Two main mechanisms have been proposed for memory integration. The integrative encoding account suggests that novel experiences can trigger the reactivation of past events, promoting the incorporation of new information into existing knowledge structures to form integrated memory representations. A complementary view proposes that memory integration can be achieved on demand, by flexibly retrieving and recombining information from distinct memory representations.
The present thesis employs time-resolved multivariate pattern analysis and representational similarity analysis to measure memory reactivation during new learning and tests of associative inference. This approach enables the investigation of the temporal dynamics of processes underlying memory integration and their boundary conditions. Study 1 investigates the temporal dynamics of integrative encoding and highlights individual differences in the capacity to integrate memories across events. Study 2 examines how the encoding context influences memory integration processes, while Study 3 focuses on the distinct roles of context and semantic schema in memory integration. Finally, Study 4 investigates how both integrated and separate memory representations support episodic memory.

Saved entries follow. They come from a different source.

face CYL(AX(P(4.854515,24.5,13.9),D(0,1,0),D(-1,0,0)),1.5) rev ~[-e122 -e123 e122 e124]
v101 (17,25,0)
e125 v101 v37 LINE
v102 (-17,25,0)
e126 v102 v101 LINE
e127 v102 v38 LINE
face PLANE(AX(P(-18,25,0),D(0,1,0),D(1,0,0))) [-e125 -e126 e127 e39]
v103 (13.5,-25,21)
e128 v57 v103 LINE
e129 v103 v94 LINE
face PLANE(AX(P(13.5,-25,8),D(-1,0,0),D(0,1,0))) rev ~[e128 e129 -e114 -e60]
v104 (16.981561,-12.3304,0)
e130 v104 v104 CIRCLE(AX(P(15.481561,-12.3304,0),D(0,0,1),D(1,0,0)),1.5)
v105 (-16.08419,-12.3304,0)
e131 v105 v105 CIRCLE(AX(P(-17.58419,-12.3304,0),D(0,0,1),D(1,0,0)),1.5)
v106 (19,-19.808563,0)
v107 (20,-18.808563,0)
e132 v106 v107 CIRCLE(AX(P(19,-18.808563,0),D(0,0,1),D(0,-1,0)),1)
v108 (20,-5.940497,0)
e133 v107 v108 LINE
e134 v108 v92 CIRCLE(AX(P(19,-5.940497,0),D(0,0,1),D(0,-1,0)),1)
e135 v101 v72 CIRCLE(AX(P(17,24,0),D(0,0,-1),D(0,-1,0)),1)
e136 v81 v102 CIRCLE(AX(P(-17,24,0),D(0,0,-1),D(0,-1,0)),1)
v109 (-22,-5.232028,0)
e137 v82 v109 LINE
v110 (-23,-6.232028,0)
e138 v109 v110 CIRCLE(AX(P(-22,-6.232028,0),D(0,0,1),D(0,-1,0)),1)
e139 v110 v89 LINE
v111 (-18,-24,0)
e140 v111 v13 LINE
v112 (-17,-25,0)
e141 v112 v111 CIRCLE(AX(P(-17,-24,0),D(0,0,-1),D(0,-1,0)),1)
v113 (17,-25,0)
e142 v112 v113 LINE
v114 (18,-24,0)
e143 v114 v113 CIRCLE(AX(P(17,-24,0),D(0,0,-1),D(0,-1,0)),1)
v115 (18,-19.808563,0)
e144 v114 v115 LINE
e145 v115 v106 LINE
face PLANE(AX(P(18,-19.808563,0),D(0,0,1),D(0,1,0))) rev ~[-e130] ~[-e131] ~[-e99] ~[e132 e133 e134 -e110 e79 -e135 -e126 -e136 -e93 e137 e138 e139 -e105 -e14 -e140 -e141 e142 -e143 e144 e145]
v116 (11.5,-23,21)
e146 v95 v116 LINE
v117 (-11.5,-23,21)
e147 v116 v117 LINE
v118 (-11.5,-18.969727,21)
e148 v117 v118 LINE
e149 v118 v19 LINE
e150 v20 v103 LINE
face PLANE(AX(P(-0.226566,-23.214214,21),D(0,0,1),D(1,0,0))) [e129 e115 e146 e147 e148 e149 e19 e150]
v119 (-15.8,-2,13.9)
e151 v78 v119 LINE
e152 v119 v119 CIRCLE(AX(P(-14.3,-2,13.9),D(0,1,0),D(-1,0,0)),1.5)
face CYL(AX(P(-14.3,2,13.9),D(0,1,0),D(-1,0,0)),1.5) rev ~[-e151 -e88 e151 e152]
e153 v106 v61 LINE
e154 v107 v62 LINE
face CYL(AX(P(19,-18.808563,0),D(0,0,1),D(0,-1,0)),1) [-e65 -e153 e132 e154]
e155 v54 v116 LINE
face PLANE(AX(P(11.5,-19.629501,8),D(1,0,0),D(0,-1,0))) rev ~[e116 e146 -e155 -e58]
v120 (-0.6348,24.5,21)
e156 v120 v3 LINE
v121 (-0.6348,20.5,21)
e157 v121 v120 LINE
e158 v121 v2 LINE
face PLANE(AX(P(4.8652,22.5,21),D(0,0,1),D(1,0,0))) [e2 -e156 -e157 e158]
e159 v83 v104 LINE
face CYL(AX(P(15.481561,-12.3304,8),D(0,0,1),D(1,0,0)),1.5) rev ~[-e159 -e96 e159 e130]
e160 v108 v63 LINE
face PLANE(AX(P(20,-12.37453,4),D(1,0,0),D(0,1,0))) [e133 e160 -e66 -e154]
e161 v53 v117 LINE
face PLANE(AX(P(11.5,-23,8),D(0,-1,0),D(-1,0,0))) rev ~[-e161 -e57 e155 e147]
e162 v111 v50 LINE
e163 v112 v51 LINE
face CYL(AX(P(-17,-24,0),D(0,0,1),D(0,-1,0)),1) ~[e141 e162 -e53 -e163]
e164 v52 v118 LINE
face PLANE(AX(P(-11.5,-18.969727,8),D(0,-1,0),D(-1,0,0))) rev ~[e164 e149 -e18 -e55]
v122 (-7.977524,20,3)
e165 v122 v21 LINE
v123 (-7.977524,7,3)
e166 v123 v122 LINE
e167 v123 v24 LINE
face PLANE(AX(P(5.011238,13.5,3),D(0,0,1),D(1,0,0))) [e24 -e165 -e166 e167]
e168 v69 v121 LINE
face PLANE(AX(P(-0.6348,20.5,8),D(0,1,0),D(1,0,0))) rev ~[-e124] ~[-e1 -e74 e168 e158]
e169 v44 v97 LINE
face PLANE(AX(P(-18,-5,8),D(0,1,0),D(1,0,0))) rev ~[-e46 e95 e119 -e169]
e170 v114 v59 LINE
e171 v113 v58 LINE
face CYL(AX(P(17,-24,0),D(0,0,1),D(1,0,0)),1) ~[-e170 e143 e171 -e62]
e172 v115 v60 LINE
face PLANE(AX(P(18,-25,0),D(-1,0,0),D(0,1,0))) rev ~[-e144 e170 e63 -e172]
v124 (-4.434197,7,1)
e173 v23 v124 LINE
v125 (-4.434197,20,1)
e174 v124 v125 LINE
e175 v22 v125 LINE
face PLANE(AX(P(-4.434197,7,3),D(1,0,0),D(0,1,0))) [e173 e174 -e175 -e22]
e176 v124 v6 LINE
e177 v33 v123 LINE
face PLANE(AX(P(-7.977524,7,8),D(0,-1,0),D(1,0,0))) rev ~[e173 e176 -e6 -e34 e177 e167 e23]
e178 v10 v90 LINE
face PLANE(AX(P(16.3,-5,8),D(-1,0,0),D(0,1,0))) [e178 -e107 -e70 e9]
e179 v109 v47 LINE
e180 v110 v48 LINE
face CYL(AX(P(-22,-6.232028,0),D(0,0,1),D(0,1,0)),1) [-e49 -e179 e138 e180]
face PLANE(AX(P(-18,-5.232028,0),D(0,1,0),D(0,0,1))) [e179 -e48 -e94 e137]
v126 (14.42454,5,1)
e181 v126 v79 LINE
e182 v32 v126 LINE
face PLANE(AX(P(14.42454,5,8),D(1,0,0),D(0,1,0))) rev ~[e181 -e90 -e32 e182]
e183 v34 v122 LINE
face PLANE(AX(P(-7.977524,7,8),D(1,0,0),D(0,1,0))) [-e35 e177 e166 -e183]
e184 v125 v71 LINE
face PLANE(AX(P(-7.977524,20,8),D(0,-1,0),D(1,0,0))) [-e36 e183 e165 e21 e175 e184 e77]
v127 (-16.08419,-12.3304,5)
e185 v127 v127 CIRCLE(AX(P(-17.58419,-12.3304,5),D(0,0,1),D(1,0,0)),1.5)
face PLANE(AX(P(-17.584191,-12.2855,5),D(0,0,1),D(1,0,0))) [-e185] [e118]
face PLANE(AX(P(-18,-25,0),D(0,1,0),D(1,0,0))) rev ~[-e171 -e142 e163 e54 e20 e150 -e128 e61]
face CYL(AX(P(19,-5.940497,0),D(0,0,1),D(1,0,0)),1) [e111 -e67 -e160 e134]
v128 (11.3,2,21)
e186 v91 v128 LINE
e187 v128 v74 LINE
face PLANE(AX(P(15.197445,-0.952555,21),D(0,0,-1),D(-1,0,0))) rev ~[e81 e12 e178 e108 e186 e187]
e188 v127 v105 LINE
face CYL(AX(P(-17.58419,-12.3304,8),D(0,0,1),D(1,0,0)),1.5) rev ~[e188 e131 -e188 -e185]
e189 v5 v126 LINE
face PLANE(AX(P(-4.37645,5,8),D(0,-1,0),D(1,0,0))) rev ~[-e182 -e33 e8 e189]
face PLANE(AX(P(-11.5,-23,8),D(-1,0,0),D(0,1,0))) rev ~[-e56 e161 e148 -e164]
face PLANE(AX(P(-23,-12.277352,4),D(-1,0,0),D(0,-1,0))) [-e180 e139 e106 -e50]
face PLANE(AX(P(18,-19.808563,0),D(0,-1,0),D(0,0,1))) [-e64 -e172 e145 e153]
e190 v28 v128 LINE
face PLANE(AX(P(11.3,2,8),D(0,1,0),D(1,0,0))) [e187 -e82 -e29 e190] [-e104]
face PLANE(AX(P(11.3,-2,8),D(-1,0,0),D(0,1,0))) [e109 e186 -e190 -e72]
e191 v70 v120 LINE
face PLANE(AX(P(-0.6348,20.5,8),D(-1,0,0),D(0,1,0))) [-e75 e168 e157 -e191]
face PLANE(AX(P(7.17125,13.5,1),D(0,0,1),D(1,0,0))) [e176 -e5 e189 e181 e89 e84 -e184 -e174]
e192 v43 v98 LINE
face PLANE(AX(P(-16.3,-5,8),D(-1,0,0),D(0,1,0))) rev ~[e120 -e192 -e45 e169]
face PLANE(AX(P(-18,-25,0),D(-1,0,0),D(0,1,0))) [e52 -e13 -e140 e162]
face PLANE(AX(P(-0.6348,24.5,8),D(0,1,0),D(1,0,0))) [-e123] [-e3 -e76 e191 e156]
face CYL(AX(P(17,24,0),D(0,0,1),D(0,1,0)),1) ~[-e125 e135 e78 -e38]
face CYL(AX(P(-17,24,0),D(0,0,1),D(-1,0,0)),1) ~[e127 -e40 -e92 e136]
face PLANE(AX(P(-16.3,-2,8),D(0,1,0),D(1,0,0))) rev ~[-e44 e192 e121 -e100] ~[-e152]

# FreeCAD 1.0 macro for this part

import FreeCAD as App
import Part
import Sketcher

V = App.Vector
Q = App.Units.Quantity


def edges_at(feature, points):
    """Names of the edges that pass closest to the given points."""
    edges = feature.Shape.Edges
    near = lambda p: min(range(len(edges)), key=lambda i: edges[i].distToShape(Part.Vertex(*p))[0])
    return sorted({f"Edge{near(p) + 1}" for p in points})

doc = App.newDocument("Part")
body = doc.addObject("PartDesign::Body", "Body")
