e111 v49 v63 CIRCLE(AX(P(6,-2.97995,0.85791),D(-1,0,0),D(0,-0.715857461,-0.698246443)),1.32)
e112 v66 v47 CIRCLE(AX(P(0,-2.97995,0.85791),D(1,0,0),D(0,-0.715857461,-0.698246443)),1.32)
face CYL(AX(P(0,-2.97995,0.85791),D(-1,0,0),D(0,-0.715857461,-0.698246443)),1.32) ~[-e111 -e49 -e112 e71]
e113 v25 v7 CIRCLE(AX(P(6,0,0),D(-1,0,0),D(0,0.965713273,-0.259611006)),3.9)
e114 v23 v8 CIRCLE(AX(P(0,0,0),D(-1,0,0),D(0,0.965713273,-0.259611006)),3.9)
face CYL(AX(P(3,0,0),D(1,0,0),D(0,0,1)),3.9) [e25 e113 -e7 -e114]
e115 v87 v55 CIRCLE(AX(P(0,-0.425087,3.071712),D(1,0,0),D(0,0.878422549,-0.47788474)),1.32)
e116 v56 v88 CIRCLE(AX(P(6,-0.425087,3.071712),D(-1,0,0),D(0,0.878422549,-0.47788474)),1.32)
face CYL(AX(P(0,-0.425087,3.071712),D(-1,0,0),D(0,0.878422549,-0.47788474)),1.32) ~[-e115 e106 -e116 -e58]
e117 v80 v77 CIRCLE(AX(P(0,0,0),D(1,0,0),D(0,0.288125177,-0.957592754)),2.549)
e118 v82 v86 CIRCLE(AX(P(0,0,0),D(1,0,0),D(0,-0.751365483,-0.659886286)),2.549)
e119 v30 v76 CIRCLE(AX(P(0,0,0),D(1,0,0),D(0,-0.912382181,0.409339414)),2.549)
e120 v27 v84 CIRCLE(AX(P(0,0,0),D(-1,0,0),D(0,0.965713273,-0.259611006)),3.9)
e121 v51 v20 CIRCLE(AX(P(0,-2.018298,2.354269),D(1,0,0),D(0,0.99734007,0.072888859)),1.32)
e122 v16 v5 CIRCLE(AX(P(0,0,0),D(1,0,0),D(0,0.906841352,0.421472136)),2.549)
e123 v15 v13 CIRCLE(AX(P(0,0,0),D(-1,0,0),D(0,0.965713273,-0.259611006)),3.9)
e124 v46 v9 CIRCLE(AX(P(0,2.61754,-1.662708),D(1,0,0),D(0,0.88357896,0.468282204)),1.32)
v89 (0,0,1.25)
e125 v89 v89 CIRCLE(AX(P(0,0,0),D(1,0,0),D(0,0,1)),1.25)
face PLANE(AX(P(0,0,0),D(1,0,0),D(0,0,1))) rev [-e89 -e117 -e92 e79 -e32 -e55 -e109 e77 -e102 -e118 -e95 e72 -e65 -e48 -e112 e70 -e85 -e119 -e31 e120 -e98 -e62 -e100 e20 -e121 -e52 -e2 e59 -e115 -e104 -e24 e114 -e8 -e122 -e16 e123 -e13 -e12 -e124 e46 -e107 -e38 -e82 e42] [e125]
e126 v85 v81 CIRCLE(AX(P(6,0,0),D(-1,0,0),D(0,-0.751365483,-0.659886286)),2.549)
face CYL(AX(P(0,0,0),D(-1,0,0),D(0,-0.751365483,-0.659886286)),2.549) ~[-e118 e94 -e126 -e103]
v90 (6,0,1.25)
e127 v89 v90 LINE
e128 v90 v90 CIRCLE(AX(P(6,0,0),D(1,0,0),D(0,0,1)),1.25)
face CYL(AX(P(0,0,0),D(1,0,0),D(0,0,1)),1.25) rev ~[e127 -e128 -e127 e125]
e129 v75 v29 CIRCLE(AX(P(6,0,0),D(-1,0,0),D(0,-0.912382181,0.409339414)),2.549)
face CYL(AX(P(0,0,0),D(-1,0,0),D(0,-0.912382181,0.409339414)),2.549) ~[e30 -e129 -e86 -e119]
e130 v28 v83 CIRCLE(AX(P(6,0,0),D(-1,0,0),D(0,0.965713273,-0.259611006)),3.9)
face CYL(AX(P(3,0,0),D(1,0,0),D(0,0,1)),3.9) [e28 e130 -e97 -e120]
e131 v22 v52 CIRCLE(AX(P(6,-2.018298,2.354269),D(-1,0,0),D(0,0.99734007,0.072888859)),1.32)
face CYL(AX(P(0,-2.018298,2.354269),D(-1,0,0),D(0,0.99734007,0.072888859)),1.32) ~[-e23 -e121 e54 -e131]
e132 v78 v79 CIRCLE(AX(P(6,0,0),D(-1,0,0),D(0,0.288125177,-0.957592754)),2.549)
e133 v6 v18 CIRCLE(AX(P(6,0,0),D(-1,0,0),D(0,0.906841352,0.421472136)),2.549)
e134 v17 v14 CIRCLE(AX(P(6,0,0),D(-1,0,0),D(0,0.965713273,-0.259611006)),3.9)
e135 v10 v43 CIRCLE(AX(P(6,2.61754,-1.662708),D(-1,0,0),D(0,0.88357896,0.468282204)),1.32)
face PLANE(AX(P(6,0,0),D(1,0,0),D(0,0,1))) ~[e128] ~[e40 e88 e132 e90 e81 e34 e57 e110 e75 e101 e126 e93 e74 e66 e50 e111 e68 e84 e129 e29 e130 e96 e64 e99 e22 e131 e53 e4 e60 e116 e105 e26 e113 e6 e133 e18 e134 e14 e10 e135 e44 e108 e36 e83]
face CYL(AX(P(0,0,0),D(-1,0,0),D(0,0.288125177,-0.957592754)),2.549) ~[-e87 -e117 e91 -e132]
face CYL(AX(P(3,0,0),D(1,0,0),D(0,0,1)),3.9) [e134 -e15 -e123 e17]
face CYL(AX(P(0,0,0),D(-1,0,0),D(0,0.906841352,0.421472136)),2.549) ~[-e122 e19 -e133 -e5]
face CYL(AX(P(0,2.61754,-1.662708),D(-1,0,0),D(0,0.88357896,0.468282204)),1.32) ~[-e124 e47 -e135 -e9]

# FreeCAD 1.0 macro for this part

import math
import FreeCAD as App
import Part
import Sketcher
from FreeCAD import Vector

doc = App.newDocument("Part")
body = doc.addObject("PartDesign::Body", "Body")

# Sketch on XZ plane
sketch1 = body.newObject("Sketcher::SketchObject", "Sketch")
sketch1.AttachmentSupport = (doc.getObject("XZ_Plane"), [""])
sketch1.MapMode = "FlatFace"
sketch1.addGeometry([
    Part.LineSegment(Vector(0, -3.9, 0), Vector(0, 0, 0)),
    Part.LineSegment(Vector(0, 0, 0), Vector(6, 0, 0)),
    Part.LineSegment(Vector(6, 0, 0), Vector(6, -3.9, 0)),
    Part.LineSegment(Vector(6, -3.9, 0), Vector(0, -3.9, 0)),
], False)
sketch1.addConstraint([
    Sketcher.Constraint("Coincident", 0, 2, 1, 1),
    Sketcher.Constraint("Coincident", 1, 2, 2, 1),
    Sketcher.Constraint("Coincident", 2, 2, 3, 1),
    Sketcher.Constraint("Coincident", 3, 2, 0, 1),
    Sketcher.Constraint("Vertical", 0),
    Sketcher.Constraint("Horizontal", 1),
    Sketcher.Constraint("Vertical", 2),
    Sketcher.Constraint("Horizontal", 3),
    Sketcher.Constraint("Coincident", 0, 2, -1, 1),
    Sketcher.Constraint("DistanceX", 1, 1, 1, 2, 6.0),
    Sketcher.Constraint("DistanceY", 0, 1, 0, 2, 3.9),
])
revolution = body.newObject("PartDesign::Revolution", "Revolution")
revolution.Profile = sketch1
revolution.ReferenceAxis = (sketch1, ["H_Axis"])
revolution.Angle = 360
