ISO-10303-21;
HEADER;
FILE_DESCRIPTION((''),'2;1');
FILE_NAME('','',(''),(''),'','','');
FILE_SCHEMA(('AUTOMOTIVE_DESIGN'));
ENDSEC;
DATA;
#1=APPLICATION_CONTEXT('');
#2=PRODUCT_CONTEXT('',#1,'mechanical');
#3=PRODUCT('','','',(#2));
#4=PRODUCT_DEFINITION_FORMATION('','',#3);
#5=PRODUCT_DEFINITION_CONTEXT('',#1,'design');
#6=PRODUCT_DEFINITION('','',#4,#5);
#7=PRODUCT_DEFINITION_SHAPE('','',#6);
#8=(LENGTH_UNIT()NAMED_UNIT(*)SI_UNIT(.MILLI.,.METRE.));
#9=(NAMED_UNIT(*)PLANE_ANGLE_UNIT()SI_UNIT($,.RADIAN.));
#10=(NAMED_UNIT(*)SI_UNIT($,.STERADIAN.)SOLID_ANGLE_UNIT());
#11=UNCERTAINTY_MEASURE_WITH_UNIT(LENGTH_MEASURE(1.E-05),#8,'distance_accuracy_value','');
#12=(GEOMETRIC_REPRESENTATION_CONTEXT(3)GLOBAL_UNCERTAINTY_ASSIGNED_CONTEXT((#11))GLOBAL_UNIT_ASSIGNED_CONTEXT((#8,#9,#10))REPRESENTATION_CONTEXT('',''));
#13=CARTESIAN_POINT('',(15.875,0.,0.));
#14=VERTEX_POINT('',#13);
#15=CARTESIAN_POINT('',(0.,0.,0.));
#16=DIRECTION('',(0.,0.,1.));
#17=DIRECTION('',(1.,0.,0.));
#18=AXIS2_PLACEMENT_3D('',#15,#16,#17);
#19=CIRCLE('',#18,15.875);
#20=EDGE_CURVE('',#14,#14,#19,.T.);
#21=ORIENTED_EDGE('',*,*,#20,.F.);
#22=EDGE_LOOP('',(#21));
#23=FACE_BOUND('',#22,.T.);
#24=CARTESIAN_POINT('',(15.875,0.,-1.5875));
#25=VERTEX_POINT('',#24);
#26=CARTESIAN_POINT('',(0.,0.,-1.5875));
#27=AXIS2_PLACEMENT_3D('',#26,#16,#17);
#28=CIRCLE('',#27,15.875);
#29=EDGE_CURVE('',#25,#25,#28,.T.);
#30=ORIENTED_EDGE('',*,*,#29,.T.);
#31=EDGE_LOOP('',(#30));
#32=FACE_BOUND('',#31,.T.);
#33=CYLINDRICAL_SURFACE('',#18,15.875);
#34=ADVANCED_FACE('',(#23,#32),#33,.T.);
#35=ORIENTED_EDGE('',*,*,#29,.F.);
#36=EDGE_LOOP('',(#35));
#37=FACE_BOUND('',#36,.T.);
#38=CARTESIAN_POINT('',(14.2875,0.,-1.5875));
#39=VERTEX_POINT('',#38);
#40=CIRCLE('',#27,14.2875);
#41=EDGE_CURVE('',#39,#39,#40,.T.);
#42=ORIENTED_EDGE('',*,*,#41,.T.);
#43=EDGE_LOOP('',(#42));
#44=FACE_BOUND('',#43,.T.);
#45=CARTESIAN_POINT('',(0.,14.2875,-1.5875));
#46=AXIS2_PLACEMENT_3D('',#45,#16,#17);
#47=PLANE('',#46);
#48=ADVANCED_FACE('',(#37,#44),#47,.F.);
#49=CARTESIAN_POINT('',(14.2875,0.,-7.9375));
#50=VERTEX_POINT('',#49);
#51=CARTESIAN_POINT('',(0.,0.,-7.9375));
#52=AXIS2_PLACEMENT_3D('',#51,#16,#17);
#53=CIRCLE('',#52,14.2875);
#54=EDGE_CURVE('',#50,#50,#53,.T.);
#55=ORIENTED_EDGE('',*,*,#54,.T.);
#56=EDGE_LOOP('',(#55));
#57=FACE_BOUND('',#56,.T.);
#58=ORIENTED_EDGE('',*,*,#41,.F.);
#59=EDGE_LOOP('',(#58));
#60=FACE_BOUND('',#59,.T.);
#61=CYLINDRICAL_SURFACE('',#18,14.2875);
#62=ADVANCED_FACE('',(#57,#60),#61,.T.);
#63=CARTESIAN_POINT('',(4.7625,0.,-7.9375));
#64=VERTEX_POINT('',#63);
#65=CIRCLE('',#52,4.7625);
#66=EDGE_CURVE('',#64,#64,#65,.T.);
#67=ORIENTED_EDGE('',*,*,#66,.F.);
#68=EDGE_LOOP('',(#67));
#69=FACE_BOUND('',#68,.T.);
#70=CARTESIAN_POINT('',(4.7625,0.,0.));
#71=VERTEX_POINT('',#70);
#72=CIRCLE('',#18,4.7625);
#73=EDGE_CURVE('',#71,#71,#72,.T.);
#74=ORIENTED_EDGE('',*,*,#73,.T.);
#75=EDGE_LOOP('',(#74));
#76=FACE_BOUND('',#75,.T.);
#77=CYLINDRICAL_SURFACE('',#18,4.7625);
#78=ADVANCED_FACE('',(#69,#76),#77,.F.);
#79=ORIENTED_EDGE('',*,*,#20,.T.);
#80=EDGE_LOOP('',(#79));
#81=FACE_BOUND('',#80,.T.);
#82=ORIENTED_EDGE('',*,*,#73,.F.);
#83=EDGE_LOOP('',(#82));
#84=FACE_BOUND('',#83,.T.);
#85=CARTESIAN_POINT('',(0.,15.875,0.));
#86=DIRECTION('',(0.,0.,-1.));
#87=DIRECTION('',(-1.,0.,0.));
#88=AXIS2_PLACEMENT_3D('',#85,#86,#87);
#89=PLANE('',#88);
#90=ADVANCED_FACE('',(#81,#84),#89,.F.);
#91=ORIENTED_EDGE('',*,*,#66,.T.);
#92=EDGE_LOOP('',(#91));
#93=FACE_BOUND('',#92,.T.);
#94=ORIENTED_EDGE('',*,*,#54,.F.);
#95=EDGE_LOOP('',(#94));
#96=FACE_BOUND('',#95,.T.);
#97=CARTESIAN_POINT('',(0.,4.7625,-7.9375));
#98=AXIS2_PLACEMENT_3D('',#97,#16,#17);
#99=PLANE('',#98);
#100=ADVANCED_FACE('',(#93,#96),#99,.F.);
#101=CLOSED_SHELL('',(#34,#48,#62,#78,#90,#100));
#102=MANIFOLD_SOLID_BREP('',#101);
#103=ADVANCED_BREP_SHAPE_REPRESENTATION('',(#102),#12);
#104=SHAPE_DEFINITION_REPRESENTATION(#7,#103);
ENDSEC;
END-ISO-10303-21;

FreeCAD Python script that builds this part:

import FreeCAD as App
import Part
import Sketcher

V = App.Vector
Q = App.Units.Quantity

doc = App.newDocument("Part")
body = doc.addObject("PartDesign::Body", "Body")

# Sketch on YZ plane
sketch1 = body.newObject("Sketcher::SketchObject", "Sketch")
sketch1.AttachmentSupport = (doc.getObject("YZ_Plane"), [""])
sketch1.MapMode = "FlatFace"
sketch1.addGeometry([
    Part.LineSegment(V(4.7625, 0, 0), V(4.7625, -7.9375, 0)),  # 0
    Part.LineSegment(V(4.7625, -7.9375, 0), V(14.2875, -7.9375, 0)),  # 1
    Part.LineSegment(V(14.2875, -7.9375, 0), V(14.2875, -1.5875, 0)),  # 2
    Part.LineSegment(V(14.2875, -1.5875, 0), V(15.875, -1.5875, 0)),  # 3
    Part.LineSegment(V(15.875, -1.5875, 0), V(15.875, 0, 0)),  # 4
    Part.LineSegment(V(15.875, 0, 0), V(4.7625, 0, 0)),  # 5
], False)
sketch1.addConstraint([
    Sketcher.Constraint("Coincident", 0, 2, 1, 1),
    Sketcher.Constraint("Coincident", 1, 2, 2, 1),
    Sketcher.Constraint("Coincident", 2, 2, 3, 1),
    Sketcher.Constraint("Coincident", 3, 2, 4, 1),
    Sketcher.Constraint("Coincident", 4, 2, 5, 1),
    Sketcher.Constraint("Coincident", 5, 2, 0, 1),
    Sketcher.Constraint("Vertical", 0),
    Sketcher.Constraint("Horizontal", 1),
    Sketcher.Constraint("Vertical", 2),
    Sketcher.Constraint("Horizontal", 3),
    Sketcher.Constraint("Vertical", 4),
    Sketcher.Constraint("Horizontal", 5),
    Sketcher.Constraint("PointOnObject", 4, 2, -1),
    Sketcher.Constraint("Equal", 3, 4),
    Sketcher.Constraint("DistanceY", 2, 1, 2, 2, Q("0.25 in")),
    Sketcher.Constraint("DistanceX", 1, 1, 1, 2, Q("0.375 in")),
    Sketcher.Constraint("DistanceX", 3, 1, 3, 2, Q("0.0625 in")),
    Sketcher.Constraint("DistanceX", -1, 1, 0, 2, Q("0.1875 in")),
])
revolution = body.newObject("PartDesign::Revolution", "Revolution")
revolution.Profile = sketch1
revolution.ReferenceAxis = (sketch1, ["V_Axis"])
revolution.Angle = 360

doc.recompute()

This thesis presents novel evidence on the mechanisms underlying memory integration and elucidates potential boundary conditions for integrating memories across different events. In conclusion, memory integration is a multifaceted phenomenon influenced by processes at multiple mnemonic stages and by various boundary conditions. The resulting integrated and separate representations are adaptively used to support goal-relevant behaviour, highlighting the flexibility and complexity of memory functions.